Biochar is an inexpensive redox-active carbon material that has been demonstrated to enhance microbial nitrogen-transforming processes. However, how redox-active biochar affects anammox remains unclear. Here, the effects of three functionally distinct biochars produced from corn stover biomass at varied pyrolysis temperatures (CS300, CS500, CS800) were evaluated as additives on the anammox performance in three reactors (R300, R550, R800) over the long term, during which nitrogen loading rate was either increased drastically (pulse strategy) or gradually (gradual strategy). Nitrogen removal was achieved at 86.5% (R300), 77.1% (Control), 59.3% (R550) and 57.7% (R800) under pulse strategy, and at 95.4% (R300), 92.3% (R550), 86.2% (Control) and 82.0% (R800) under gradual strategy, respectively. Compared with Control, addition of CS300 increased abundance of Candidatus Kuenenia with superior anammox activity. CS300 enriched with reduced functional groups (phenolic/hydroquinone) could donate electrons to support bioenergetics of anammox metabolism, whereas electron-accepting CS800 functioned inversely. Overall, this study highlights the importance of surface functional groups and redox property of biochar such that determines whether its addition impose stimulatory or suppressive effect on anammox process.

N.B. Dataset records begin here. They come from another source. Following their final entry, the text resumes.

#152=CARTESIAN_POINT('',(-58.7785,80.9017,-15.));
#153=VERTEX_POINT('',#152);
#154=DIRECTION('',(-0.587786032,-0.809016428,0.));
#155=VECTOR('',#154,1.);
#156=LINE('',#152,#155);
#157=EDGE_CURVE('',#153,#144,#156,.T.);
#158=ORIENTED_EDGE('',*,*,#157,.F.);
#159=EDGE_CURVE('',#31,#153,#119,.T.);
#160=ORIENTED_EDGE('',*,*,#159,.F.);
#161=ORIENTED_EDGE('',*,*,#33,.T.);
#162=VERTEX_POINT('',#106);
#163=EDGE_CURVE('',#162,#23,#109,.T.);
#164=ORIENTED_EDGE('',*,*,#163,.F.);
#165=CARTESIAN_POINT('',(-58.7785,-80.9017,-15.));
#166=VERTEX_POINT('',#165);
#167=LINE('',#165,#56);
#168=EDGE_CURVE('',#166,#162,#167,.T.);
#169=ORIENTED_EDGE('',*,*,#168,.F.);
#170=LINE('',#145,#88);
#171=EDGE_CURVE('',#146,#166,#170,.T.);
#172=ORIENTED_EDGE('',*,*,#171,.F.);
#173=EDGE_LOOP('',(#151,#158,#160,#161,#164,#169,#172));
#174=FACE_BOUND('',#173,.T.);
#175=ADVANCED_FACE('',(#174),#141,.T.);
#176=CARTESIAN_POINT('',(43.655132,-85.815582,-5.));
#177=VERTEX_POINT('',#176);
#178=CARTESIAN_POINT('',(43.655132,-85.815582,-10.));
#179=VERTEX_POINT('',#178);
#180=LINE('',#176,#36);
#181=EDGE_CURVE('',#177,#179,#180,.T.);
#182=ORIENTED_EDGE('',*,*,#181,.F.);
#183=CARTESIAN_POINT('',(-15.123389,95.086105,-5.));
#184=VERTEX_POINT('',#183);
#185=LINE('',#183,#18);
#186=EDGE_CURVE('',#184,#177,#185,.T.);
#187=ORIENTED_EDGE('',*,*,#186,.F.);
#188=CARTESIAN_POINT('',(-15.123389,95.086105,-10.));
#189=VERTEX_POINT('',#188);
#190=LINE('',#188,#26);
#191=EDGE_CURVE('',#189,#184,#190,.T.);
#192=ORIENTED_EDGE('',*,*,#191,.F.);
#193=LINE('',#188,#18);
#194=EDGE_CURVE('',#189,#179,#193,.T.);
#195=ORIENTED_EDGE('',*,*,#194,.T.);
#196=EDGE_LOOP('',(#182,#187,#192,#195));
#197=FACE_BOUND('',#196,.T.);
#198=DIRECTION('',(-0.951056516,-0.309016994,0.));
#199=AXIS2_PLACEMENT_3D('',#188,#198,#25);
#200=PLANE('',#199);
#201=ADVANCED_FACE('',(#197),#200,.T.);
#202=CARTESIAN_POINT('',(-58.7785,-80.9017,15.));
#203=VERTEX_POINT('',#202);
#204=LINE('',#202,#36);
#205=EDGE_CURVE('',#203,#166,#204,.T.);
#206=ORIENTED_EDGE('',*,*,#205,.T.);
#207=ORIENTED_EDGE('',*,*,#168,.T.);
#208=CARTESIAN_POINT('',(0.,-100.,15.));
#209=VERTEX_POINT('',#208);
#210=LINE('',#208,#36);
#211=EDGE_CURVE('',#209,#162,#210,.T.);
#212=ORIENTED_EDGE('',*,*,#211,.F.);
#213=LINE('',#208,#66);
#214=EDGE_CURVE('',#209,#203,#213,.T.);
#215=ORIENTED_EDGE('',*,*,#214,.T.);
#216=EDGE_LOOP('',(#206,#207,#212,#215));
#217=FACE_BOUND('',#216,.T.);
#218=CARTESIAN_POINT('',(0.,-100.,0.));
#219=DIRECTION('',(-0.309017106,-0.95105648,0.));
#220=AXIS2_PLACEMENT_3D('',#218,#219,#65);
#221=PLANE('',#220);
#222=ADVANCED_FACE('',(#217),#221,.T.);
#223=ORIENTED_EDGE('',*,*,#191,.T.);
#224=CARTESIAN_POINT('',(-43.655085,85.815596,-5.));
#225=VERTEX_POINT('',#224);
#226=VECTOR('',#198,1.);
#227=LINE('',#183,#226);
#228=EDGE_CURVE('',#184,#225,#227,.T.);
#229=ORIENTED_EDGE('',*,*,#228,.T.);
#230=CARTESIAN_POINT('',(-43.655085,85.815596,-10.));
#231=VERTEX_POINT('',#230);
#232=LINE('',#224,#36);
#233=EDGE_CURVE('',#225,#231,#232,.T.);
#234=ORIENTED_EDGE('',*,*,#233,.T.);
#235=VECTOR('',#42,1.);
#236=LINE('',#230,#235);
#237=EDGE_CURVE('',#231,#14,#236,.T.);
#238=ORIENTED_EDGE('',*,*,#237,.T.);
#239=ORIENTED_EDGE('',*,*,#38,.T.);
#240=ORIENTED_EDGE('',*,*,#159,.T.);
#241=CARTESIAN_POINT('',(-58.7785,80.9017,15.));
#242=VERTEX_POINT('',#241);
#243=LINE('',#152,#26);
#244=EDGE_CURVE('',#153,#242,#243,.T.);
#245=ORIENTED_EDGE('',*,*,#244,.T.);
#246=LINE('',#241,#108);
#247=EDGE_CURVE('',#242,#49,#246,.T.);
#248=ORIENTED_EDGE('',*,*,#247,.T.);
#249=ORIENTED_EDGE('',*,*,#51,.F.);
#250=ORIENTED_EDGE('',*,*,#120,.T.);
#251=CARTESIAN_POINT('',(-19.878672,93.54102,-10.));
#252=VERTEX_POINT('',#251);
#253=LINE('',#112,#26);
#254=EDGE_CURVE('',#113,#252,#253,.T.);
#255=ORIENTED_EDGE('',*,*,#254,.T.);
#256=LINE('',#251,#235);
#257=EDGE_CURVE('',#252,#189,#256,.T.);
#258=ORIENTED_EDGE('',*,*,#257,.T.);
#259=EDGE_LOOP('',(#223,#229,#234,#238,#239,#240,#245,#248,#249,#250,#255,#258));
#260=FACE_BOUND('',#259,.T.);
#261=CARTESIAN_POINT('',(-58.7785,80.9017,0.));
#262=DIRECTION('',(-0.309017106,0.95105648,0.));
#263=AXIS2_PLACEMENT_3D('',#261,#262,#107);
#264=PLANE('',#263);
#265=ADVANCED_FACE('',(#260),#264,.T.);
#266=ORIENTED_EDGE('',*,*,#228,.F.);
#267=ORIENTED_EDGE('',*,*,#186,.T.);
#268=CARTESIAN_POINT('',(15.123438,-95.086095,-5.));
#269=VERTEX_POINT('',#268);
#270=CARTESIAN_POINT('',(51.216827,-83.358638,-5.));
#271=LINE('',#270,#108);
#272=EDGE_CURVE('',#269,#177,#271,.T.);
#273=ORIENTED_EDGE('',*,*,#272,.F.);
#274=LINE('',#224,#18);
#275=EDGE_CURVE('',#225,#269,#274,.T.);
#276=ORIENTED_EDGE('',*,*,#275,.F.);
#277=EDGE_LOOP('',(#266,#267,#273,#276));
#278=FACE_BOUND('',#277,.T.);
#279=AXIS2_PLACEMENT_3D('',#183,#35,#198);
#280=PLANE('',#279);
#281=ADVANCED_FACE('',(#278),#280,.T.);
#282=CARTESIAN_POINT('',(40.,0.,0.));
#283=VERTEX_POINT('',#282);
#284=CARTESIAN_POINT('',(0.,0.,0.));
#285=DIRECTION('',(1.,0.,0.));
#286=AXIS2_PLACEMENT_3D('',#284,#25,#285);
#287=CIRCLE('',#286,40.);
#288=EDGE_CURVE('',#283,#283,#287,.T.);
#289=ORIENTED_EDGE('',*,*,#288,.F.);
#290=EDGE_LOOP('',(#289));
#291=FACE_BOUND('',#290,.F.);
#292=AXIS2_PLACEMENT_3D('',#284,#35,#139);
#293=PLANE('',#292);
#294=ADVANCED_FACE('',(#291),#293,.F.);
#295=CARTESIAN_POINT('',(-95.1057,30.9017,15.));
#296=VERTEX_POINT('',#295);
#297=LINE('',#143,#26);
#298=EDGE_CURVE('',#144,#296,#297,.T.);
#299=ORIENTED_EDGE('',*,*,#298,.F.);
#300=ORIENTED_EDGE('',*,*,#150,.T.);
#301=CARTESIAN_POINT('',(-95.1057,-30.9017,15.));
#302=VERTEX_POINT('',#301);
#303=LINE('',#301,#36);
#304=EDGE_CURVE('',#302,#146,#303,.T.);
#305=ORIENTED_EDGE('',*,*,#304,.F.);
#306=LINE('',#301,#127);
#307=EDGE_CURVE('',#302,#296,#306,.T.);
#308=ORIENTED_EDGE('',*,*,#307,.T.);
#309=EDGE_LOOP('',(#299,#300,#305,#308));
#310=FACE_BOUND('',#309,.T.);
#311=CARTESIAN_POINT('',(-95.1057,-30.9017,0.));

生物炭是一种廉价的氧化还原活性碳材料，已被证明可以增强微生物氮转化过程。然而，还不清楚氧化还原活性生物炭如何影响厌氧氨氧化。在这里，从玉米秸秆生物质在不同的热解温度下产生的三种功能独特的生物炭（CS300，CS500，CS800）的影响作为添加剂对三个反应器（R300，R550，R800）中厌氧氨氧化性能的长期影响进行了评估，在此期间氮负荷率急剧增加（脉冲策略）或逐渐增加（渐进策略）。在脉冲策略下，脱氮率分别为86.5％（R300），77.1％（对照），59.3％（R550）和57.7％（R800），以及95.4％（R300），92.3％（R550），86.2％（对照） ）和渐进策略下的82.0％（R800）。与对照相比，Candidatus Kuenenia具有出色的厌氧氨氧化活性。富含减少的官能团（酚/对苯二酚）的CS300可以捐赠电子来支持厌氧氨氧化代谢的生物能，而接受电子的CS800则起相反的作用。总的来说，这项研究强调了生物炭的表面官能团和氧化还原特性的重要性，从而确定了其添加对厌氧氨氧化工艺是否具有刺激或抑制作用。